◆ Work request ◆
Return exactly the span of lines in the following data that opens with the line containing "#79=FACE_BOUND('',#78,.T.);" and closes with the line containing "#85=EDGE_CURVE('',#81,#81,#84,.T.);". Include nothing else.

(Record set)

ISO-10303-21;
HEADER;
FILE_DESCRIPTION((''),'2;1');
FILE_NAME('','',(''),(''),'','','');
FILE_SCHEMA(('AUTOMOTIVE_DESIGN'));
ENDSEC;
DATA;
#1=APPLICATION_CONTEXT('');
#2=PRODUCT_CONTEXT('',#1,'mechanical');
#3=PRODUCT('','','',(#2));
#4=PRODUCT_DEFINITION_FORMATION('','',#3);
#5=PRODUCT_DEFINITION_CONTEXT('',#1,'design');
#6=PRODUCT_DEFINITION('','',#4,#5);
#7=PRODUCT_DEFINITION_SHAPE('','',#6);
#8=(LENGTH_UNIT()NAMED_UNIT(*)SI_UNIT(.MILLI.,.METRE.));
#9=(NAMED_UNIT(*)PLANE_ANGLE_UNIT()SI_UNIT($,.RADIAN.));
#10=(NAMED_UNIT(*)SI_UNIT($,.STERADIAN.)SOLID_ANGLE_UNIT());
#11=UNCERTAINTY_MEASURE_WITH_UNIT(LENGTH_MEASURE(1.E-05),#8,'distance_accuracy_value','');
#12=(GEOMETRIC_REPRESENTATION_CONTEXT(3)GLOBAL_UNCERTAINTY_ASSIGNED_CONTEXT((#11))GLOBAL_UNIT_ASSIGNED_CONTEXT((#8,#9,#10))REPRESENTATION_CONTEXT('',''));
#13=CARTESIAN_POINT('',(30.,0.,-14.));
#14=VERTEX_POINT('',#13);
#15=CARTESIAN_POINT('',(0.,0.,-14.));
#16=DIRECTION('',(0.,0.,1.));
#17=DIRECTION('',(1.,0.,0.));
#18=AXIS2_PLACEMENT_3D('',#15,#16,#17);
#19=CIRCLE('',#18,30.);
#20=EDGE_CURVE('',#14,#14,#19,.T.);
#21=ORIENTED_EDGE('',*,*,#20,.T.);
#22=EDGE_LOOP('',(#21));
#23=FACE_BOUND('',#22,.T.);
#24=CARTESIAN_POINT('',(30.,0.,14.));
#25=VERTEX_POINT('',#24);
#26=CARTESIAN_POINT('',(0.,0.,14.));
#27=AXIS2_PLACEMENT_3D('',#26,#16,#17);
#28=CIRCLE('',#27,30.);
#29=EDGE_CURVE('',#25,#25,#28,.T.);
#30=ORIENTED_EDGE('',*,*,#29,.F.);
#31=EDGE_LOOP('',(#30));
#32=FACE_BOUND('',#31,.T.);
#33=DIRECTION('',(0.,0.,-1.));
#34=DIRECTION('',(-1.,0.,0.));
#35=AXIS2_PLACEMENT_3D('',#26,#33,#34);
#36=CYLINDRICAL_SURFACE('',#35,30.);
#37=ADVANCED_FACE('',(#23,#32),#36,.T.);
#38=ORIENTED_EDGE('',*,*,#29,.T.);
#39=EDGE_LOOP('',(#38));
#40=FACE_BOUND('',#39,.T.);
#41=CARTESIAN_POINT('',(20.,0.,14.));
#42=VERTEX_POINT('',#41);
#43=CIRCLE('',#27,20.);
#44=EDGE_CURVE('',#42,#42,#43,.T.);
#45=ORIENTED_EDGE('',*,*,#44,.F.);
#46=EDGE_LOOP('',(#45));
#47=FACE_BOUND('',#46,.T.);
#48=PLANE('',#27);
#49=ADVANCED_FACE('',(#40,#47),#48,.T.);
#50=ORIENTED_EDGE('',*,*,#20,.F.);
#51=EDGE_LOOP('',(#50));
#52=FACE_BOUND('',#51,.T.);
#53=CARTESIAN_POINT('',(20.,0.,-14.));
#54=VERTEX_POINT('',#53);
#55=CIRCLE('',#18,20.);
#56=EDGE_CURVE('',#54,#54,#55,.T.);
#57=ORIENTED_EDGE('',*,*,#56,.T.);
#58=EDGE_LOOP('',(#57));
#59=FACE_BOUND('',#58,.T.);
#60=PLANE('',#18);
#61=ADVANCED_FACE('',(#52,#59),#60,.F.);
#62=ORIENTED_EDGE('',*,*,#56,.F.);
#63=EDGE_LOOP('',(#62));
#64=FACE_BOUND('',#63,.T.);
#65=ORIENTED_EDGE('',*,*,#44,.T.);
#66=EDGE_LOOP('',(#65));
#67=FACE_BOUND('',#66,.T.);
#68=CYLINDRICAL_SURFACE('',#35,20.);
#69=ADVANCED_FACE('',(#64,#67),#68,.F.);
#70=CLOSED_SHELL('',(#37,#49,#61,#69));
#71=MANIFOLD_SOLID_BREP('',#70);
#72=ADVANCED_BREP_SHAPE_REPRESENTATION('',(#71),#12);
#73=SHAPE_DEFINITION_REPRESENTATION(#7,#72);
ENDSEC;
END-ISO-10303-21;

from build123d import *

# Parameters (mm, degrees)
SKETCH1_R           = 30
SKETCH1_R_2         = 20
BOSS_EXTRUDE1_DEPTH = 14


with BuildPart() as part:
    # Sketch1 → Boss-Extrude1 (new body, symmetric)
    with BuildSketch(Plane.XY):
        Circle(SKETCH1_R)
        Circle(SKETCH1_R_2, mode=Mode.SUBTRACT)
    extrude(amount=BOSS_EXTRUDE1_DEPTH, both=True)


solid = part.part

(End Record set)
(Record set)

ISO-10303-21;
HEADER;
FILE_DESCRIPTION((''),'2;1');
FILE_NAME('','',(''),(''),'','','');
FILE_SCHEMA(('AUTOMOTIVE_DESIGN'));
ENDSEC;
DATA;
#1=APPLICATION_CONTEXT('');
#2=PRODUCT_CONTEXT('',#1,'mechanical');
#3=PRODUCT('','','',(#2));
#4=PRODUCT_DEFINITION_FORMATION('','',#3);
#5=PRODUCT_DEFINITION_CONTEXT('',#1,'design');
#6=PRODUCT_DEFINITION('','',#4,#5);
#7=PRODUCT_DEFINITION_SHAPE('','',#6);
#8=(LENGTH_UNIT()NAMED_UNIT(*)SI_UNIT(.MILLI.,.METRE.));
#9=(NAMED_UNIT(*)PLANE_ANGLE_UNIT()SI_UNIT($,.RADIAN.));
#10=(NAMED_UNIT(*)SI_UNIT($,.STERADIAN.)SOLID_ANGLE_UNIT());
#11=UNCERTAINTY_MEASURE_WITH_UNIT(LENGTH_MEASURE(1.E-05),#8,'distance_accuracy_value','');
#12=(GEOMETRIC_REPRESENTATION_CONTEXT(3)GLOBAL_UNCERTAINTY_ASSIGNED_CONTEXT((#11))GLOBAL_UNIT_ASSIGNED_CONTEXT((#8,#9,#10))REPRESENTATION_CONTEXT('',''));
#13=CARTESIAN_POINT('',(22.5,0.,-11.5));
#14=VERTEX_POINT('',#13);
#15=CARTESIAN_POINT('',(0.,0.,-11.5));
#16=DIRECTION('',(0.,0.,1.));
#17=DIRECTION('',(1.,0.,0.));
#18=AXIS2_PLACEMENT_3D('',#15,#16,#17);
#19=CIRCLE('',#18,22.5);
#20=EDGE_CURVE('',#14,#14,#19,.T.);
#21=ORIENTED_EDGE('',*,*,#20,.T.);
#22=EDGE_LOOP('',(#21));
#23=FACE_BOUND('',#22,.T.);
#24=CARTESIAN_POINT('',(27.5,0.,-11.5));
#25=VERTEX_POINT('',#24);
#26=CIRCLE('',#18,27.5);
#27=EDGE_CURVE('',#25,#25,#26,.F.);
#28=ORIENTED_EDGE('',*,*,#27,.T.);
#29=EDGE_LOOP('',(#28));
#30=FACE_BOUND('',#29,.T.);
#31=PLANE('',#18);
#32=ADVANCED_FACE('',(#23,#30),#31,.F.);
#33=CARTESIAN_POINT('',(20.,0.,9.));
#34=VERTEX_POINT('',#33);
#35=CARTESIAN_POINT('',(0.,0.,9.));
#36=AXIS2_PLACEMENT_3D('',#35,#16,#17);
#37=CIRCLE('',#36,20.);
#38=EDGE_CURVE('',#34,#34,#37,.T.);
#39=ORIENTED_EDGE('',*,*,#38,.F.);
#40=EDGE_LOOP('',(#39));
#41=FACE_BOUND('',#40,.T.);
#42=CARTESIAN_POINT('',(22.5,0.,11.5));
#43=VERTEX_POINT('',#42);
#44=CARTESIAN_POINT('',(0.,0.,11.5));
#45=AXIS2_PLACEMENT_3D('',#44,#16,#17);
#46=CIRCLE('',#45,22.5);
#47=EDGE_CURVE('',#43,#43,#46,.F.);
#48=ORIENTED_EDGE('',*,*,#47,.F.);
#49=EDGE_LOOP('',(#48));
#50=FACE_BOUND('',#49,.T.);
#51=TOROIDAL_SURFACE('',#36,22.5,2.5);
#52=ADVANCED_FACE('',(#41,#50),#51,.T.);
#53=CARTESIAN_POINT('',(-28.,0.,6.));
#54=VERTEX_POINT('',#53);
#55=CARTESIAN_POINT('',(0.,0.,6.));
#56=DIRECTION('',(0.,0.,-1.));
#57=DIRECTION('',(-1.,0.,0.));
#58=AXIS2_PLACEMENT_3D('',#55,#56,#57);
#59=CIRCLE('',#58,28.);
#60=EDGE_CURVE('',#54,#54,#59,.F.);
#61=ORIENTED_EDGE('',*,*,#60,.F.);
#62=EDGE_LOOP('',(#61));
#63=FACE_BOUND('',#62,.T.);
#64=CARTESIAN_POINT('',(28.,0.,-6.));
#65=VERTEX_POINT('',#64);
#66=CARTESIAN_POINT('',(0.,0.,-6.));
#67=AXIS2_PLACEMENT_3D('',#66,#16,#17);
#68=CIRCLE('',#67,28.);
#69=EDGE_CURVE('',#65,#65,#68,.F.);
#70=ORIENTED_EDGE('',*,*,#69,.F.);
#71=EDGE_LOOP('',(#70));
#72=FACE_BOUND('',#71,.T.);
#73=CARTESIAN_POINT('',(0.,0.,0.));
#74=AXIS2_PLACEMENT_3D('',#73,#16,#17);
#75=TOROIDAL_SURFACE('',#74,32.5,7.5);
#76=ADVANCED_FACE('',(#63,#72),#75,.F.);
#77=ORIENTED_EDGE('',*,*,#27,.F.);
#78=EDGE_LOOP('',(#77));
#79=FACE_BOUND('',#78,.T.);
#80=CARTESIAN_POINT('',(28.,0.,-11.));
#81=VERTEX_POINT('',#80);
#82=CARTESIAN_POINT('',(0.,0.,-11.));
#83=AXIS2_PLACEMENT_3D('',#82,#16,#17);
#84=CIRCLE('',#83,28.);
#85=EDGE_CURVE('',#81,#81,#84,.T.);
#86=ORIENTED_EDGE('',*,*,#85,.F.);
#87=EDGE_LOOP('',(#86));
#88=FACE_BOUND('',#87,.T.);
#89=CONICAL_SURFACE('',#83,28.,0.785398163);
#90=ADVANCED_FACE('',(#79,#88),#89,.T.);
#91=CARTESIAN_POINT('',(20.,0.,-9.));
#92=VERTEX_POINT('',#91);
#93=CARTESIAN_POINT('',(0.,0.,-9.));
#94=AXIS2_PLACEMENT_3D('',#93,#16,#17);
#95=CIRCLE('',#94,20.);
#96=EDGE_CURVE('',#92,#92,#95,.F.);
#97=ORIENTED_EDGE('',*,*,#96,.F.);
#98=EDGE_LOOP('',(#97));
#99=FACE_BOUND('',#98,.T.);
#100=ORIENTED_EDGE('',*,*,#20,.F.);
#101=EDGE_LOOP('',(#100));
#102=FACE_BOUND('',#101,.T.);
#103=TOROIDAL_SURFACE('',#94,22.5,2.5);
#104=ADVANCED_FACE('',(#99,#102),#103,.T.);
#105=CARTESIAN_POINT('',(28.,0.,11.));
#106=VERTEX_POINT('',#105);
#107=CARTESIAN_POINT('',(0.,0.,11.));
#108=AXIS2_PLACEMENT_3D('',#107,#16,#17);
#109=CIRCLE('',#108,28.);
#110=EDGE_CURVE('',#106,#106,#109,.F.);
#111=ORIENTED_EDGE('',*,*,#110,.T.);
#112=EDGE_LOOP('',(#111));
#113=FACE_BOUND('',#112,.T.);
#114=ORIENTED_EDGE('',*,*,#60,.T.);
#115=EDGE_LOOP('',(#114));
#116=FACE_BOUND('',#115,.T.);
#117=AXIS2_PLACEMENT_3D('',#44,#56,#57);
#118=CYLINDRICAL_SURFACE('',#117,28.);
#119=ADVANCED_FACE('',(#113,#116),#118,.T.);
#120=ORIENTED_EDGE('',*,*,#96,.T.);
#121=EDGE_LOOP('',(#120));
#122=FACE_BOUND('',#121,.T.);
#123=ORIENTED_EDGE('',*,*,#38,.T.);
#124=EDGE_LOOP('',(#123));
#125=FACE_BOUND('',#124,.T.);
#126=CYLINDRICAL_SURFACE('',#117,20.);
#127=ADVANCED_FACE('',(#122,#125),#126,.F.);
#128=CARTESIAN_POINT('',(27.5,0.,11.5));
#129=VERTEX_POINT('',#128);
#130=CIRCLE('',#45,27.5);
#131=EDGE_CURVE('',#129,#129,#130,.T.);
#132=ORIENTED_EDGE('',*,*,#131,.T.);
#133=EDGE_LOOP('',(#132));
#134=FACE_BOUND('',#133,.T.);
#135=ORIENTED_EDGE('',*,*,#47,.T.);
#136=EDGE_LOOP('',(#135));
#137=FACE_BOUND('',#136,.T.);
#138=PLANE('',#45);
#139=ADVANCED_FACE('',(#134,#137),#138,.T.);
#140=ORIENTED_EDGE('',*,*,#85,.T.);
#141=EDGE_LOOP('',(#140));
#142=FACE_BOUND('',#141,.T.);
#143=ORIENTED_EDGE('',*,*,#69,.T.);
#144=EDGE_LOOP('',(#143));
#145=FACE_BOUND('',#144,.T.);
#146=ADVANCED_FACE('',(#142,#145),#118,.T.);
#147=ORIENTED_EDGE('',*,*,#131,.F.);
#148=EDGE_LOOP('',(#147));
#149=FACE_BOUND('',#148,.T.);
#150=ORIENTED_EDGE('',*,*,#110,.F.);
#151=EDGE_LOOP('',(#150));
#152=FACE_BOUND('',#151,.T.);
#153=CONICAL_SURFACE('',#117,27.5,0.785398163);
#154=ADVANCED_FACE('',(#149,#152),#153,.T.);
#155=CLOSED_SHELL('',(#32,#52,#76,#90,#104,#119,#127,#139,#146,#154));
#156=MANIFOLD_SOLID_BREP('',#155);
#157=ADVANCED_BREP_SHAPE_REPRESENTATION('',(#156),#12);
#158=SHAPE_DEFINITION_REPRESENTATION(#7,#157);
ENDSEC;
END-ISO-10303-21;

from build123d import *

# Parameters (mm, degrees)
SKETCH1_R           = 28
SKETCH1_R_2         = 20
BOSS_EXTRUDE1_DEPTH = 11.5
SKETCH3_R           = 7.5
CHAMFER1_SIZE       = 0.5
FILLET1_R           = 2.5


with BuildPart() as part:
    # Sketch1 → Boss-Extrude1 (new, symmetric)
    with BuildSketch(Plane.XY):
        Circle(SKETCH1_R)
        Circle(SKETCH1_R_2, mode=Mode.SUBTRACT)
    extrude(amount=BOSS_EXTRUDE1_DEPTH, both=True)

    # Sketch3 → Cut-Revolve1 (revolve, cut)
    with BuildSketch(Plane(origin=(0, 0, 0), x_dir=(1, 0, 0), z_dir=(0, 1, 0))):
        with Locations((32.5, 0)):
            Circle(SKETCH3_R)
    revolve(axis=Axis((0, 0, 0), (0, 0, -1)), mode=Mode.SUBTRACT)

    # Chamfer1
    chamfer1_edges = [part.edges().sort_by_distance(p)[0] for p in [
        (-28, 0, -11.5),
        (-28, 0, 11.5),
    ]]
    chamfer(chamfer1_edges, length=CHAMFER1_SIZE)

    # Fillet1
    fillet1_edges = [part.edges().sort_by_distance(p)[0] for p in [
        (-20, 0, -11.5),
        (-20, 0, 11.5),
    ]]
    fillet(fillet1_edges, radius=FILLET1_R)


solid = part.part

(End Record set)

◆ Task result ◆
#79=FACE_BOUND('',#78,.T.);
#80=CARTESIAN_POINT('',(28.,0.,-11.));
#81=VERTEX_POINT('',#80);
#82=CARTESIAN_POINT('',(0.,0.,-11.));
#83=AXIS2_PLACEMENT_3D('',#82,#16,#17);
#84=CIRCLE('',#83,28.);
#85=EDGE_CURVE('',#81,#81,#84,.T.);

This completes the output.